## Task details
The required answer is a copy of each line in the entries below that includes "CIRCLE".

:: Data records ::

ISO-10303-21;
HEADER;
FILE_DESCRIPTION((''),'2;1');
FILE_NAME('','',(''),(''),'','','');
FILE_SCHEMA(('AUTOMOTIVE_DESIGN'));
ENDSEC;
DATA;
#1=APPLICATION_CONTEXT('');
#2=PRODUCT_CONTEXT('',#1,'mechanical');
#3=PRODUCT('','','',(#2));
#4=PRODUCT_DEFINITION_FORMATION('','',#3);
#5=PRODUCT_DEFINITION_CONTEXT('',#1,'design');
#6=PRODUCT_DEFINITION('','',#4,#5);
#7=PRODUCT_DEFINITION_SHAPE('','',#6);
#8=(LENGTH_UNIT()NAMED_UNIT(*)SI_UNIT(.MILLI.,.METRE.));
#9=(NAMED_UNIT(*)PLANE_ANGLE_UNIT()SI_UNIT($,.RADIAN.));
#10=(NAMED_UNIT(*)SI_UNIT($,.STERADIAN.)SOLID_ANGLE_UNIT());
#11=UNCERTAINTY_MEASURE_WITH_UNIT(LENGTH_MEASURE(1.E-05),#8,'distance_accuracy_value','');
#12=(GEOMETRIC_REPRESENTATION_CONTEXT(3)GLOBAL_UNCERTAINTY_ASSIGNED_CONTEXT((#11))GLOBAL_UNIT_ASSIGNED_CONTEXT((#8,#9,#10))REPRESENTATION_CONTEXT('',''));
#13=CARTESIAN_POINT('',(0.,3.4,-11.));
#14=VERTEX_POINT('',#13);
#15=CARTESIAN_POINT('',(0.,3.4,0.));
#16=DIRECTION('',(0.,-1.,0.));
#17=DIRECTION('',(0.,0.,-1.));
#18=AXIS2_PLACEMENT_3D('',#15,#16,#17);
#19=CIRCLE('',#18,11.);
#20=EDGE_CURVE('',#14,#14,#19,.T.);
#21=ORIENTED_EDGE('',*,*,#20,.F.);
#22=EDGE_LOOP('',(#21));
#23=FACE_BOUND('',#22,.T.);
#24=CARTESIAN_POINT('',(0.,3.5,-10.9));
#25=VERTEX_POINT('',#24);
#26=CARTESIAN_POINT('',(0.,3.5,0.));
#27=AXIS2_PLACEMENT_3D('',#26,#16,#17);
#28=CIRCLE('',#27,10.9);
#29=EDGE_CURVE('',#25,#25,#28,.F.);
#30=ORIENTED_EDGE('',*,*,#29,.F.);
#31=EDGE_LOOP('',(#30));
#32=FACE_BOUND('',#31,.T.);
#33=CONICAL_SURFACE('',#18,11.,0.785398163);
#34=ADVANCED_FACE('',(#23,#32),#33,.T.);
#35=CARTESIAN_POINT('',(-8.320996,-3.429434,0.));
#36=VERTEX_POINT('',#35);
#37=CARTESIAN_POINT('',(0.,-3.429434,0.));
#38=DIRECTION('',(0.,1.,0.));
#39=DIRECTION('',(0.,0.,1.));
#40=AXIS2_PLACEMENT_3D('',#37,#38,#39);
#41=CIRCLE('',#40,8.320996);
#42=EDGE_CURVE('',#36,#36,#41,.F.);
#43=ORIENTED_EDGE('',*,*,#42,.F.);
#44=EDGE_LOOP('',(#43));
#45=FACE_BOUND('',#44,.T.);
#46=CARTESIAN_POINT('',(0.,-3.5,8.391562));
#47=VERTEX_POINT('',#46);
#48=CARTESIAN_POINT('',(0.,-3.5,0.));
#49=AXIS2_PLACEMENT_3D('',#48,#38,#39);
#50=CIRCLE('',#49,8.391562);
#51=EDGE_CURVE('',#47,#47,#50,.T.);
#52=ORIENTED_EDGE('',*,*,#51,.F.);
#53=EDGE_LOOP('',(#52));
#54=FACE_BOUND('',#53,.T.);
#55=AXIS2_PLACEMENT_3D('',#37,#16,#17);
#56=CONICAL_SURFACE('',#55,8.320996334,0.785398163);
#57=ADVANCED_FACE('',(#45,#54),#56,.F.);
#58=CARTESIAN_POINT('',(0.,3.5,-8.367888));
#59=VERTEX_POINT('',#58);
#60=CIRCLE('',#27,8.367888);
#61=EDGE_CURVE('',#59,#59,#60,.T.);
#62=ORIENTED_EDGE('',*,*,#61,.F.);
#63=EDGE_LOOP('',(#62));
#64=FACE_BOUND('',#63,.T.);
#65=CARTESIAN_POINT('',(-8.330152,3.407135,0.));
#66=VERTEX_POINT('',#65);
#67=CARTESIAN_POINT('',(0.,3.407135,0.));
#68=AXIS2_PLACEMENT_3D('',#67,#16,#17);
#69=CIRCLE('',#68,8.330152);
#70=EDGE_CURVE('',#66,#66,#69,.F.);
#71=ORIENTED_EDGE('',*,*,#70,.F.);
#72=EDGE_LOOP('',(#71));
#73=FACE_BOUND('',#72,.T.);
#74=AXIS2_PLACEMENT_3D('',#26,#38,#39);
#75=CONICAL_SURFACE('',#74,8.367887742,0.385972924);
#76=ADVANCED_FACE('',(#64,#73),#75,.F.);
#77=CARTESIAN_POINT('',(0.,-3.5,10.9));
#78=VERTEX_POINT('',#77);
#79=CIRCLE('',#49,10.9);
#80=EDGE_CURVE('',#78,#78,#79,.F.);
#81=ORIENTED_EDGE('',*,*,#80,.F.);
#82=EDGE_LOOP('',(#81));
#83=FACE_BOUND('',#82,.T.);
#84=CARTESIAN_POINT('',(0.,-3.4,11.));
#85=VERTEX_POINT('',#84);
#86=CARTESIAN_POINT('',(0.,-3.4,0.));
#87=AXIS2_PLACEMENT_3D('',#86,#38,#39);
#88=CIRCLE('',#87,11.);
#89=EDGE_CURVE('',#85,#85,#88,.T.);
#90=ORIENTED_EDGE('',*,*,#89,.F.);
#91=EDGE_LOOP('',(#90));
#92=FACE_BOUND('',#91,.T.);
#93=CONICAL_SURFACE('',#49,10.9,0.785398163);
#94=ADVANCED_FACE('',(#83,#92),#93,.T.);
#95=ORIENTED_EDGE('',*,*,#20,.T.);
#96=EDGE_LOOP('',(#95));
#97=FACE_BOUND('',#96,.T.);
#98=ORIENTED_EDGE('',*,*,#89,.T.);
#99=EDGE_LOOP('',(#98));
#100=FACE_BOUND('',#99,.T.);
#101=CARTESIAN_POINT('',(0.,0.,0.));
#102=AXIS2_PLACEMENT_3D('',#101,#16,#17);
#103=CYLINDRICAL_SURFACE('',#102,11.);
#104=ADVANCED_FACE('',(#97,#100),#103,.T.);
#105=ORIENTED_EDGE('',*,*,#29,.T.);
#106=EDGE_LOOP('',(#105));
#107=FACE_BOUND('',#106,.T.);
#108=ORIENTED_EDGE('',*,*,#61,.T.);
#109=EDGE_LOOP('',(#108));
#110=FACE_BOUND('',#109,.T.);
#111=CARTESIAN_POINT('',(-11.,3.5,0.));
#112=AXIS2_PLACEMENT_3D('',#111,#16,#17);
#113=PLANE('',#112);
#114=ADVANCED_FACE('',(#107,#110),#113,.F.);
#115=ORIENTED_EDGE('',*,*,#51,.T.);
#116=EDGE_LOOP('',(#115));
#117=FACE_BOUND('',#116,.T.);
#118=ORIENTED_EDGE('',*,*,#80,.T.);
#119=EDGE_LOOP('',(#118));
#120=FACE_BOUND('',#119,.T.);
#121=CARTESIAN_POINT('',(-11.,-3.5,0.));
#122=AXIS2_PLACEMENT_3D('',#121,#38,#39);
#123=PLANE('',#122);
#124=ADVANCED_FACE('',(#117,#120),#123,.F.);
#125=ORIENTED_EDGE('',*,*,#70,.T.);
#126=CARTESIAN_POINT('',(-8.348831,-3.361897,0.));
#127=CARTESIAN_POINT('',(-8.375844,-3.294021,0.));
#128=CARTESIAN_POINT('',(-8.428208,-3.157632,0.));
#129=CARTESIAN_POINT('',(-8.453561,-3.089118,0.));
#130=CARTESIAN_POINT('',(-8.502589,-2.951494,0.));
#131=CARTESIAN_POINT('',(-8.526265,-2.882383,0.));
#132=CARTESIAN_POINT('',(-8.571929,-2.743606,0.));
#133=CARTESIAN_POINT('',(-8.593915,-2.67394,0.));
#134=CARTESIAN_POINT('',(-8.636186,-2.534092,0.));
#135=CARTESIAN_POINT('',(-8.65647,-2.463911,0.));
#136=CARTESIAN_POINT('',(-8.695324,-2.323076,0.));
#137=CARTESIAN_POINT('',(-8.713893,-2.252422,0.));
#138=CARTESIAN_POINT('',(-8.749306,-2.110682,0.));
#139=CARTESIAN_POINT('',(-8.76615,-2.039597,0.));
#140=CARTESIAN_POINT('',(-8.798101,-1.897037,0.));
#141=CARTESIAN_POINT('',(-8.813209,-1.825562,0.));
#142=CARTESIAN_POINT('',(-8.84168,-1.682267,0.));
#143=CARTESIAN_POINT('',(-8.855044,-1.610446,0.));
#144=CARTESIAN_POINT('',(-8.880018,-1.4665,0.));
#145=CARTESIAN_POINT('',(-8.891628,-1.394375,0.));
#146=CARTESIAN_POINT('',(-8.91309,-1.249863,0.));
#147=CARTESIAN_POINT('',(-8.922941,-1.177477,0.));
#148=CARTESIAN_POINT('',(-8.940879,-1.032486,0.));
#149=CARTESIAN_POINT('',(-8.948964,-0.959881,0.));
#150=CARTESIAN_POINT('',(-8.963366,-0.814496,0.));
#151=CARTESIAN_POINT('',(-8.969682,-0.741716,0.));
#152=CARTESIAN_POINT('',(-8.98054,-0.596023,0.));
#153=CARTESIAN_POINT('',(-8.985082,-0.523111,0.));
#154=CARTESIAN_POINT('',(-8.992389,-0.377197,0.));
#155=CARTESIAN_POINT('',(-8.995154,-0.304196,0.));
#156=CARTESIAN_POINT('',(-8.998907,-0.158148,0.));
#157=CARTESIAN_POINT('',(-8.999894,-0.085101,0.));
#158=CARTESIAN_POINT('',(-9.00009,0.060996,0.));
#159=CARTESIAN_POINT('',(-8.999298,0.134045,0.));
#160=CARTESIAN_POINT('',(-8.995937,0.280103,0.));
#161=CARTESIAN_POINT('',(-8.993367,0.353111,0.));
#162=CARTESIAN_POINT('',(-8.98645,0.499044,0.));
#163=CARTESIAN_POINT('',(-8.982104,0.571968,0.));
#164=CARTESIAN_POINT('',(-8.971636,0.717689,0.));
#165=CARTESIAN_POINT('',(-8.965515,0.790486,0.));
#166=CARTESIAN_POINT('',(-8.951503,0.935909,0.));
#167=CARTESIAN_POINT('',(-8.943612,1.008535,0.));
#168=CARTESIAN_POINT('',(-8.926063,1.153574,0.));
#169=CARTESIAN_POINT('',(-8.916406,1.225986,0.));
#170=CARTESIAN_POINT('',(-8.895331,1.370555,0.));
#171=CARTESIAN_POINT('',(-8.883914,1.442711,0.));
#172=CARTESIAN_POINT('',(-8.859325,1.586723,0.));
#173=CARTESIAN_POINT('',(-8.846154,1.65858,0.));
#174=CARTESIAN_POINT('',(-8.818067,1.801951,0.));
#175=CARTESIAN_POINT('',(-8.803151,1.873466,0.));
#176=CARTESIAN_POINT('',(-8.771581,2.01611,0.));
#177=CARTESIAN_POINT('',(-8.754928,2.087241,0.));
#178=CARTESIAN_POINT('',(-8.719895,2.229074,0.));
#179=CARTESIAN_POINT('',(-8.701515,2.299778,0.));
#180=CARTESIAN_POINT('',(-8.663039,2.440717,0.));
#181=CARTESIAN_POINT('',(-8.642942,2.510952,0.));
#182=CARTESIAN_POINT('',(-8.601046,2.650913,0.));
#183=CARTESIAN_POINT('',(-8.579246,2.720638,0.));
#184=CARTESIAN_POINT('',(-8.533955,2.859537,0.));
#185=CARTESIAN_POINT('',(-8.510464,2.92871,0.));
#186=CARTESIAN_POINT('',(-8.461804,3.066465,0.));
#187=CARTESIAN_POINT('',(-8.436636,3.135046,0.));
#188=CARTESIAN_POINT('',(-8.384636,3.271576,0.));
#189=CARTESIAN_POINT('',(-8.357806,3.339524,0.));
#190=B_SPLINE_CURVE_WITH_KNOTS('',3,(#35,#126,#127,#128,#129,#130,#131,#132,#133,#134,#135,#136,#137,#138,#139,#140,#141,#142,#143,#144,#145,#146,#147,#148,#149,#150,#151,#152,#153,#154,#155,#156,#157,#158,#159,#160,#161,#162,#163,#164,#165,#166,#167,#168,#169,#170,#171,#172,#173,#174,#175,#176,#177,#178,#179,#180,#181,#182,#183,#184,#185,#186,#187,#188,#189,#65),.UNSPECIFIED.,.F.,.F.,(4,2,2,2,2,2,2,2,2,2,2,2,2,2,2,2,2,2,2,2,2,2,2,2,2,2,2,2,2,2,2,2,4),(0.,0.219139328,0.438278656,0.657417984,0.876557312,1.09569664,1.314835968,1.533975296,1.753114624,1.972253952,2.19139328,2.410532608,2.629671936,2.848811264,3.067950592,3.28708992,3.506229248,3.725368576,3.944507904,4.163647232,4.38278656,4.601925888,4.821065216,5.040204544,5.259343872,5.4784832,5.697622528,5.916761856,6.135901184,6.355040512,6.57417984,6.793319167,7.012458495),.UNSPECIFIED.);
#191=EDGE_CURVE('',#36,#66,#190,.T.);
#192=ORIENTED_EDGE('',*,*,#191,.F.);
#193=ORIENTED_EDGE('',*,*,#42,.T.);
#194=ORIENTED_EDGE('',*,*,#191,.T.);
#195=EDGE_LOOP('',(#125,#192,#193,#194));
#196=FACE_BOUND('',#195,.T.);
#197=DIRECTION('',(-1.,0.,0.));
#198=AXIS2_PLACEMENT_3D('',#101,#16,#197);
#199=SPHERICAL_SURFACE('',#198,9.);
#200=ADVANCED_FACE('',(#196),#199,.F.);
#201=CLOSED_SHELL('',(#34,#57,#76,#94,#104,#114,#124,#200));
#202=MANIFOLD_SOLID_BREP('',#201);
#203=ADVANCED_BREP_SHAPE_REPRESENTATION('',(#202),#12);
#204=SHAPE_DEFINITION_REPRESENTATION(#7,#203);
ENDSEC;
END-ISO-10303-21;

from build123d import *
from OCP.BRepFilletAPI import BRepFilletAPI_MakeChamfer

# Parameters (mm, degrees)
CHAMFER1_SIZE  = 0.1
CHAMFER1_SIZE2 = 0.076325766


with BuildPart() as part:
    # Sketch2 → Revolve1 (revolve)
    with BuildSketch(Plane.XY, mode=Mode.PRIVATE) as revolve1_sk:
        with BuildLine():
            Line((-11, -3.5), (-11, 3.5))
            Line((-11, 3.5), (-8.291561976, 3.5))
            ThreePointArc((-8.291561976, 3.5), (-9, 0), (-8.291561976, -3.5))
            Line((-8.291561976, -3.5), (-11, -3.5))
        make_face()
    revolve(revolve1_sk.sketch.rotate(Axis((0, 0, 0), (0, 1, 0)), 270), axis=Axis((0, 0, 0), (0, 1, 0)))

    # Chamfer1: one chamfer whose edges measure the first distance from different faces: ONE call of the kernel's chamfer builder (chamfer() names one face for all edges)
    chamfer1_edges_1 = [part.edges().sort_by_distance(p)[0] for p in [
        (0, 3.5, 8.291561976),
    ]]
    chamfer1_side_1 = [part.faces().sort_by_distance(p)[0] for p in [
        (0, 0, 9),
    ]]
    chamfer1_edges_2 = [part.edges().sort_by_distance(p)[0] for p in [
        (0, -3.5, 8.291561976),
    ]]
    chamfer1_side_2 = [part.faces().sort_by_distance(p)[0] for p in [
        (0, -3.5, 8.60268896),
    ]]
    chamfer1_edges_3 = [part.edges().sort_by_distance(p)[0] for p in [
        (0, -3.5, 11),
        (0, 3.5, 11),
    ]]
    chamfer1 = BRepFilletAPI_MakeChamfer(part.part.solid().wrapped)
    for e in chamfer1_edges_1:
        chamfer1.Add(CHAMFER1_SIZE, CHAMFER1_SIZE2, e.wrapped, chamfer1_side_1[0].wrapped)  # the first distance lies on this face
    for e in chamfer1_edges_2:
        chamfer1.Add(CHAMFER1_SIZE, CHAMFER1_SIZE2, e.wrapped, chamfer1_side_2[0].wrapped)  # the first distance lies on this face
    for e in chamfer1_edges_3:
        chamfer1.Add(CHAMFER1_SIZE, e.wrapped)
    add(Compound.cast(chamfer1.Shape()), mode=Mode.REPLACE)


solid = part.part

:::

## Exercise solution
#19=CIRCLE('',#18,11.);
#28=CIRCLE('',#27,10.9);
#41=CIRCLE('',#40,8.320996);
#50=CIRCLE('',#49,8.391562);
#60=CIRCLE('',#27,8.367888);
#69=CIRCLE('',#68,8.330152);
#79=CIRCLE('',#49,10.9);
#88=CIRCLE('',#87,11.);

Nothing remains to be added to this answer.